»»

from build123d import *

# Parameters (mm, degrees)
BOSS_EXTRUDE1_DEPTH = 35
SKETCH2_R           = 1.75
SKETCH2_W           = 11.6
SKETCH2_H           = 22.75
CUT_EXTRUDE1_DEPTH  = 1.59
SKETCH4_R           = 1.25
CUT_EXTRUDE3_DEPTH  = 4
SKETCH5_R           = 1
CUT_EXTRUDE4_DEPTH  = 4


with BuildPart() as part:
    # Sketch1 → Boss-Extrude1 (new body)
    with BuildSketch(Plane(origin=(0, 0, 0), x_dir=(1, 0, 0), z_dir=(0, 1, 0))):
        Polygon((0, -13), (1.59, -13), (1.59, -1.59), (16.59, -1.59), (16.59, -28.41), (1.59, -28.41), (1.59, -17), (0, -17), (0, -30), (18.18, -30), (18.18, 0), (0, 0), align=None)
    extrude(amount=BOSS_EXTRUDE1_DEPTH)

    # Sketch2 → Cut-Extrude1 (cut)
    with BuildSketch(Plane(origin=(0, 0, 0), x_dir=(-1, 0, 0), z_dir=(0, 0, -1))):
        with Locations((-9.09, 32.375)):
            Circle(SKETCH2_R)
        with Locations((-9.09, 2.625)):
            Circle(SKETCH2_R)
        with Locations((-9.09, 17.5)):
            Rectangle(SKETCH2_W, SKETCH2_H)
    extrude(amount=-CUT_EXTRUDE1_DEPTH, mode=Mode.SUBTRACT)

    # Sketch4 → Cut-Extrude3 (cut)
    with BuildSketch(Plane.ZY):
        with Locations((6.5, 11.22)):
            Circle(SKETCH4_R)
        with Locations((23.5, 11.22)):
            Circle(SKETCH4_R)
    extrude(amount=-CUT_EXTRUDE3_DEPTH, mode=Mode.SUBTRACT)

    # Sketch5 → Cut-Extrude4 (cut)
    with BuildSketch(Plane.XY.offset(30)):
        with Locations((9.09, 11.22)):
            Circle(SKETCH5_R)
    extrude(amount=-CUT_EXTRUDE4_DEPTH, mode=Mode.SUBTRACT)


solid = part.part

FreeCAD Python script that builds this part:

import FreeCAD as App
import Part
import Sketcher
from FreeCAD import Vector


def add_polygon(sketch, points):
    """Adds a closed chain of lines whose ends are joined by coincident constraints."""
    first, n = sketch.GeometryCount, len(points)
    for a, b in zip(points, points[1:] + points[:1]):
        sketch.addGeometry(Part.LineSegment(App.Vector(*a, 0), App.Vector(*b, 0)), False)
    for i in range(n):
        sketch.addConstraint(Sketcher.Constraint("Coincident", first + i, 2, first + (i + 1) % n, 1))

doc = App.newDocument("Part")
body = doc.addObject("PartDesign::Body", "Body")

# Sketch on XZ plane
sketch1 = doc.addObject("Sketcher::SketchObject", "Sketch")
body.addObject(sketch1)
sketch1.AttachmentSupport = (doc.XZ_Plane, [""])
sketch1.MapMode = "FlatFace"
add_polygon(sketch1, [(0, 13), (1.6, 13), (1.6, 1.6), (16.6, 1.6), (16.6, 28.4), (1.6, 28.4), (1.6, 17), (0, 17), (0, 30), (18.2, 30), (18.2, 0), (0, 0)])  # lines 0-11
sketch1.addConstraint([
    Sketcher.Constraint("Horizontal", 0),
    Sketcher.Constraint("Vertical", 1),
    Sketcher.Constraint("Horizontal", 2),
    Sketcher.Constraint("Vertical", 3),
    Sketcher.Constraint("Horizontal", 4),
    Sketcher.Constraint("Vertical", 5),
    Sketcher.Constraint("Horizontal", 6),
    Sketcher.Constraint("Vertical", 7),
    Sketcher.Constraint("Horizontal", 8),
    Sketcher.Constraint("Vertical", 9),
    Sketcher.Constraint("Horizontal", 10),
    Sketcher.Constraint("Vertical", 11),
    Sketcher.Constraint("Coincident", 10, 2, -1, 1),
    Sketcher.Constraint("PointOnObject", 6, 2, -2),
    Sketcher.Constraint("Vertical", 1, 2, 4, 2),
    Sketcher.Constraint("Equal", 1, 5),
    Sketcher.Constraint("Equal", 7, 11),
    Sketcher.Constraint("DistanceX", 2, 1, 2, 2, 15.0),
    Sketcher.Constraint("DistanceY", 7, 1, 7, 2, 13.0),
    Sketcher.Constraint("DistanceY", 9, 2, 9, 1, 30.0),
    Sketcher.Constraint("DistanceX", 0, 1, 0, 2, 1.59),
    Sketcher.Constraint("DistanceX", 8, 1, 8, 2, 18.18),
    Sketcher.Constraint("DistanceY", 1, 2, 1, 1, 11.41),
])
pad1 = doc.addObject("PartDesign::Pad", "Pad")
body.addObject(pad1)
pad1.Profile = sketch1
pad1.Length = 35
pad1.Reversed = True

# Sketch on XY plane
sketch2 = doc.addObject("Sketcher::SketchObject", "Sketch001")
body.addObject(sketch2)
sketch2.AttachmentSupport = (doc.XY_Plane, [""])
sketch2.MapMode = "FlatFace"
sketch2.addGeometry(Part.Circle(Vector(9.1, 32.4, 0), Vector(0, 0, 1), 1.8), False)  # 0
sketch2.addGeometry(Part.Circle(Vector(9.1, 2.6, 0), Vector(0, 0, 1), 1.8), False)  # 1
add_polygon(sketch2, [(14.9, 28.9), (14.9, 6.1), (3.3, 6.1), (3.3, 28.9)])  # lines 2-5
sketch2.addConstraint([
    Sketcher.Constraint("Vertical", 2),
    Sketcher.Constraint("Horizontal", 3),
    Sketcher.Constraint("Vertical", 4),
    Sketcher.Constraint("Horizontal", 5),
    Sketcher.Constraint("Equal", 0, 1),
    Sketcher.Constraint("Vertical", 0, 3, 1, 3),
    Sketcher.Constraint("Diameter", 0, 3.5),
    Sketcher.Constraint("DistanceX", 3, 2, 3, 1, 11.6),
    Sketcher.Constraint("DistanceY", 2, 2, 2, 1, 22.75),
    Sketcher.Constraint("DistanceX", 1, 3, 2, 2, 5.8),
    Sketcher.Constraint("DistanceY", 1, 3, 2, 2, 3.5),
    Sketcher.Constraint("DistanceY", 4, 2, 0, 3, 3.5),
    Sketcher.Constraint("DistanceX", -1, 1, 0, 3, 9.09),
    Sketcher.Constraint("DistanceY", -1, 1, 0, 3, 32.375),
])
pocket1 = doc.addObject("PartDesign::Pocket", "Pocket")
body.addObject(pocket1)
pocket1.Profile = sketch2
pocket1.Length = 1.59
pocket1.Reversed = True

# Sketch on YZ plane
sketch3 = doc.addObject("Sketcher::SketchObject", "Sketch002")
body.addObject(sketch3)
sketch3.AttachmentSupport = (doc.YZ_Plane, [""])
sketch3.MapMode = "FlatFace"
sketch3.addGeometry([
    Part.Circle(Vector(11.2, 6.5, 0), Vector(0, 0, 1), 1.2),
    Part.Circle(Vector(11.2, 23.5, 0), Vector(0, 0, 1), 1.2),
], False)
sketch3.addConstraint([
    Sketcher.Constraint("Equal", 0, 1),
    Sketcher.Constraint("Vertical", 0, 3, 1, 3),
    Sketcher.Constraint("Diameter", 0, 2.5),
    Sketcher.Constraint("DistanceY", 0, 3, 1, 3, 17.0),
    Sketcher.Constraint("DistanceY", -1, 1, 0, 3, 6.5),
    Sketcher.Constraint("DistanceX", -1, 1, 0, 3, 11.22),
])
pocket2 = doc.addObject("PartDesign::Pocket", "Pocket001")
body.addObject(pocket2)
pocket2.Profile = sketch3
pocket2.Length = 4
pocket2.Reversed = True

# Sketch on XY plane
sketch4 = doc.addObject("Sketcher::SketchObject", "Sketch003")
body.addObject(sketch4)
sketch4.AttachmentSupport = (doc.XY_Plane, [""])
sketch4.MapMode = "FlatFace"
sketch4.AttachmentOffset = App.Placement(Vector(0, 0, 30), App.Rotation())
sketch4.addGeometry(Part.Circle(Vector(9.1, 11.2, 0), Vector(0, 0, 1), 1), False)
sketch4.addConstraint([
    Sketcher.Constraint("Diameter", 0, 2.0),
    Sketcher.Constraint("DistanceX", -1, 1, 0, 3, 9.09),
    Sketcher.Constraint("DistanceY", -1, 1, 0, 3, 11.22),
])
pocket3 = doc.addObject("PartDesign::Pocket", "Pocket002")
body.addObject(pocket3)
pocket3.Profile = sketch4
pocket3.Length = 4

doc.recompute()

««
»»

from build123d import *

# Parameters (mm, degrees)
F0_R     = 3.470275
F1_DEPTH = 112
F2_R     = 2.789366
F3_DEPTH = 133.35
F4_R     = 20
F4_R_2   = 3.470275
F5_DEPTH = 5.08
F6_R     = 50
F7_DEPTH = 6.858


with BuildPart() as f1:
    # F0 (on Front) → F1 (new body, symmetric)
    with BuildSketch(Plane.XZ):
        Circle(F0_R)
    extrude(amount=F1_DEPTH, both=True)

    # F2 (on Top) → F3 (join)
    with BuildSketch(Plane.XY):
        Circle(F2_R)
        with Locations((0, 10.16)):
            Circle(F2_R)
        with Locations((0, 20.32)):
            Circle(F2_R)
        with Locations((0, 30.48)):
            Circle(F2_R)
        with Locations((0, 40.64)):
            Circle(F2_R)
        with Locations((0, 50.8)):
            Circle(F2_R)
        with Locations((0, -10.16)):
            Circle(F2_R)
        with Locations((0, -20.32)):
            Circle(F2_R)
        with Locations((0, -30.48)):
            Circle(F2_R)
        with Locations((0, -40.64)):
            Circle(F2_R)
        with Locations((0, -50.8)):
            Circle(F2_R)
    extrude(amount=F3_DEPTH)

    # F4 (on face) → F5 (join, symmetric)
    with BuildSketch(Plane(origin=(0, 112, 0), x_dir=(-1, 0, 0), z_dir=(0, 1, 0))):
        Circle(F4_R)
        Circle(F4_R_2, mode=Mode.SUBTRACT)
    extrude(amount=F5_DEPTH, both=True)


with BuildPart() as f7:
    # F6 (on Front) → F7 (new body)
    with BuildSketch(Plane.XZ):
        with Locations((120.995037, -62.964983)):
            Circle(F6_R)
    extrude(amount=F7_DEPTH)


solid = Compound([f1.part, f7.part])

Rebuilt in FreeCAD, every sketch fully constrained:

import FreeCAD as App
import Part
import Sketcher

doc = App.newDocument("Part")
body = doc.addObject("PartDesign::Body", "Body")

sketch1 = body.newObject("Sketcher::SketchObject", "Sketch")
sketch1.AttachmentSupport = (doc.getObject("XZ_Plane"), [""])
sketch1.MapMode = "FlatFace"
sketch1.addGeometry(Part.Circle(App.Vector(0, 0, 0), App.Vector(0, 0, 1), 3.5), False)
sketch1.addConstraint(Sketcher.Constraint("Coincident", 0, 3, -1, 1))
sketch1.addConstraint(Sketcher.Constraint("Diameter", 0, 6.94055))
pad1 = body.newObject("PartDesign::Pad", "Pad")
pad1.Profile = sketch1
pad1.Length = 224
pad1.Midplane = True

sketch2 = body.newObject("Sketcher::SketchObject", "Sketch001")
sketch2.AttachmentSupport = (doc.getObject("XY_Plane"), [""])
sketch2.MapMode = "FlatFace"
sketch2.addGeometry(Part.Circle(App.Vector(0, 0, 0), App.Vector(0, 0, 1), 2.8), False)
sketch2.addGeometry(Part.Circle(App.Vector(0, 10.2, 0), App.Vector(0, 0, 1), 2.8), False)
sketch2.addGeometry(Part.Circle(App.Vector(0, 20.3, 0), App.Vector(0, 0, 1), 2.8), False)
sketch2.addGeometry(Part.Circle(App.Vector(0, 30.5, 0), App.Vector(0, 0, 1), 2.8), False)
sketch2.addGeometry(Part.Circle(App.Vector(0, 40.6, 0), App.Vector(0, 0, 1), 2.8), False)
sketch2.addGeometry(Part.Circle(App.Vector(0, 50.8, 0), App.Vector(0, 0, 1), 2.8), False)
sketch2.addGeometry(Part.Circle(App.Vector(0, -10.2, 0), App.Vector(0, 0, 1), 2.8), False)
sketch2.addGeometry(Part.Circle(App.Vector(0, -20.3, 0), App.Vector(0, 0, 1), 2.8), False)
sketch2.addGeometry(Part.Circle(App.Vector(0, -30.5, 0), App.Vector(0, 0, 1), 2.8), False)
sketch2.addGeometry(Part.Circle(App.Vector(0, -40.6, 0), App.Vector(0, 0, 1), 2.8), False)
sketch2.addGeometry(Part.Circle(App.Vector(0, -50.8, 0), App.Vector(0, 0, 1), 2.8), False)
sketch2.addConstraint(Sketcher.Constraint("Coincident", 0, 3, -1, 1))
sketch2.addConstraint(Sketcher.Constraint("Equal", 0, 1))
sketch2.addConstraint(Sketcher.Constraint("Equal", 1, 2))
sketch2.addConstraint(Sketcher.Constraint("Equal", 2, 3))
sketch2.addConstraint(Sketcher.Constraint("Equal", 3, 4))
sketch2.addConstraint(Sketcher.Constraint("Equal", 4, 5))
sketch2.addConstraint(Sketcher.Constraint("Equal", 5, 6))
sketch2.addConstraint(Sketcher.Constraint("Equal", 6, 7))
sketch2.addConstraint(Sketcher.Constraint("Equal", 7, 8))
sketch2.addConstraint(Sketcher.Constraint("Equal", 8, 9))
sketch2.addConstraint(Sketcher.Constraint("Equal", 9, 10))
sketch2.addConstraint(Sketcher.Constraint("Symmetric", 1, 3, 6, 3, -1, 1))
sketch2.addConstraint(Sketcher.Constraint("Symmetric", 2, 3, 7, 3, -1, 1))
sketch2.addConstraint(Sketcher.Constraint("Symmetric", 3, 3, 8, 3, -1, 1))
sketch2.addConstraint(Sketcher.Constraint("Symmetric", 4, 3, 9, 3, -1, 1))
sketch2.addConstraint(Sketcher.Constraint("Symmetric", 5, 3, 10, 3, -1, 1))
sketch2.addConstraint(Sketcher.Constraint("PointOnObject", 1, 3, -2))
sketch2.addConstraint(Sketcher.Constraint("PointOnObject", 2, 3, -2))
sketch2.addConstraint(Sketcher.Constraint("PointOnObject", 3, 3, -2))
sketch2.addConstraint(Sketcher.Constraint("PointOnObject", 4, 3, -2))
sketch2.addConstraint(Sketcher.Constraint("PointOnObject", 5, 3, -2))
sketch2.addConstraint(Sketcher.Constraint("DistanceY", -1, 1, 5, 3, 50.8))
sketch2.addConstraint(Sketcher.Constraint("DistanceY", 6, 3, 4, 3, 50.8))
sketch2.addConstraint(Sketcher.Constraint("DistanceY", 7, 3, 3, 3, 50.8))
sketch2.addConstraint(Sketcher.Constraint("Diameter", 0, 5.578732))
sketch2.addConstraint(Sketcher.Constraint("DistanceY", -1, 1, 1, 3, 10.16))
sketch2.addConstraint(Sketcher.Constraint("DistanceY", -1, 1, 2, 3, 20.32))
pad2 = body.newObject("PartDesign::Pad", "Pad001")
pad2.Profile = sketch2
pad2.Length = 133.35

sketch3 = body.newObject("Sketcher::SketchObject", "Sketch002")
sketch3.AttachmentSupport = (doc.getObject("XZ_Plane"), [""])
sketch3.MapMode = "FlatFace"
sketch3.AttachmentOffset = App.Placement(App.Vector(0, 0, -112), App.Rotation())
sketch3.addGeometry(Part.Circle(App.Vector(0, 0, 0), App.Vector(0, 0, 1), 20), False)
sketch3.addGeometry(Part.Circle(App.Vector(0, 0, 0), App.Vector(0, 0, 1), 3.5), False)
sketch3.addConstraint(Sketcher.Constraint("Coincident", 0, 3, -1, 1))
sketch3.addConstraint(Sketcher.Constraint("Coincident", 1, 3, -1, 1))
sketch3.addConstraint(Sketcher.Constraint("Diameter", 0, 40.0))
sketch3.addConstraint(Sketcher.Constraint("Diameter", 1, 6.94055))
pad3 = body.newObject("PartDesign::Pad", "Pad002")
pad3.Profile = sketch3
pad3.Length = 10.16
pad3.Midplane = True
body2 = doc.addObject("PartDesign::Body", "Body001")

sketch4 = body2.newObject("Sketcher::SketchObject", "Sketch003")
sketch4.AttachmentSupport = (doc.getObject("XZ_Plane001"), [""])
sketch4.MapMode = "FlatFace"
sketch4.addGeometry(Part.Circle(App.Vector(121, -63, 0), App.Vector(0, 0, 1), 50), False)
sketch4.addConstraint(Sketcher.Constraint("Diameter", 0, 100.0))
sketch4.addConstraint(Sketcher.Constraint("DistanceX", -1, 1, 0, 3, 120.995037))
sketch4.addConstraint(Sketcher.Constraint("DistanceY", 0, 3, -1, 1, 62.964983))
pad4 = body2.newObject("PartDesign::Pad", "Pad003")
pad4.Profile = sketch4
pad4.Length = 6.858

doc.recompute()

««

Each line of the data above that contains the word "both" counts once; report the total and add nothing.

2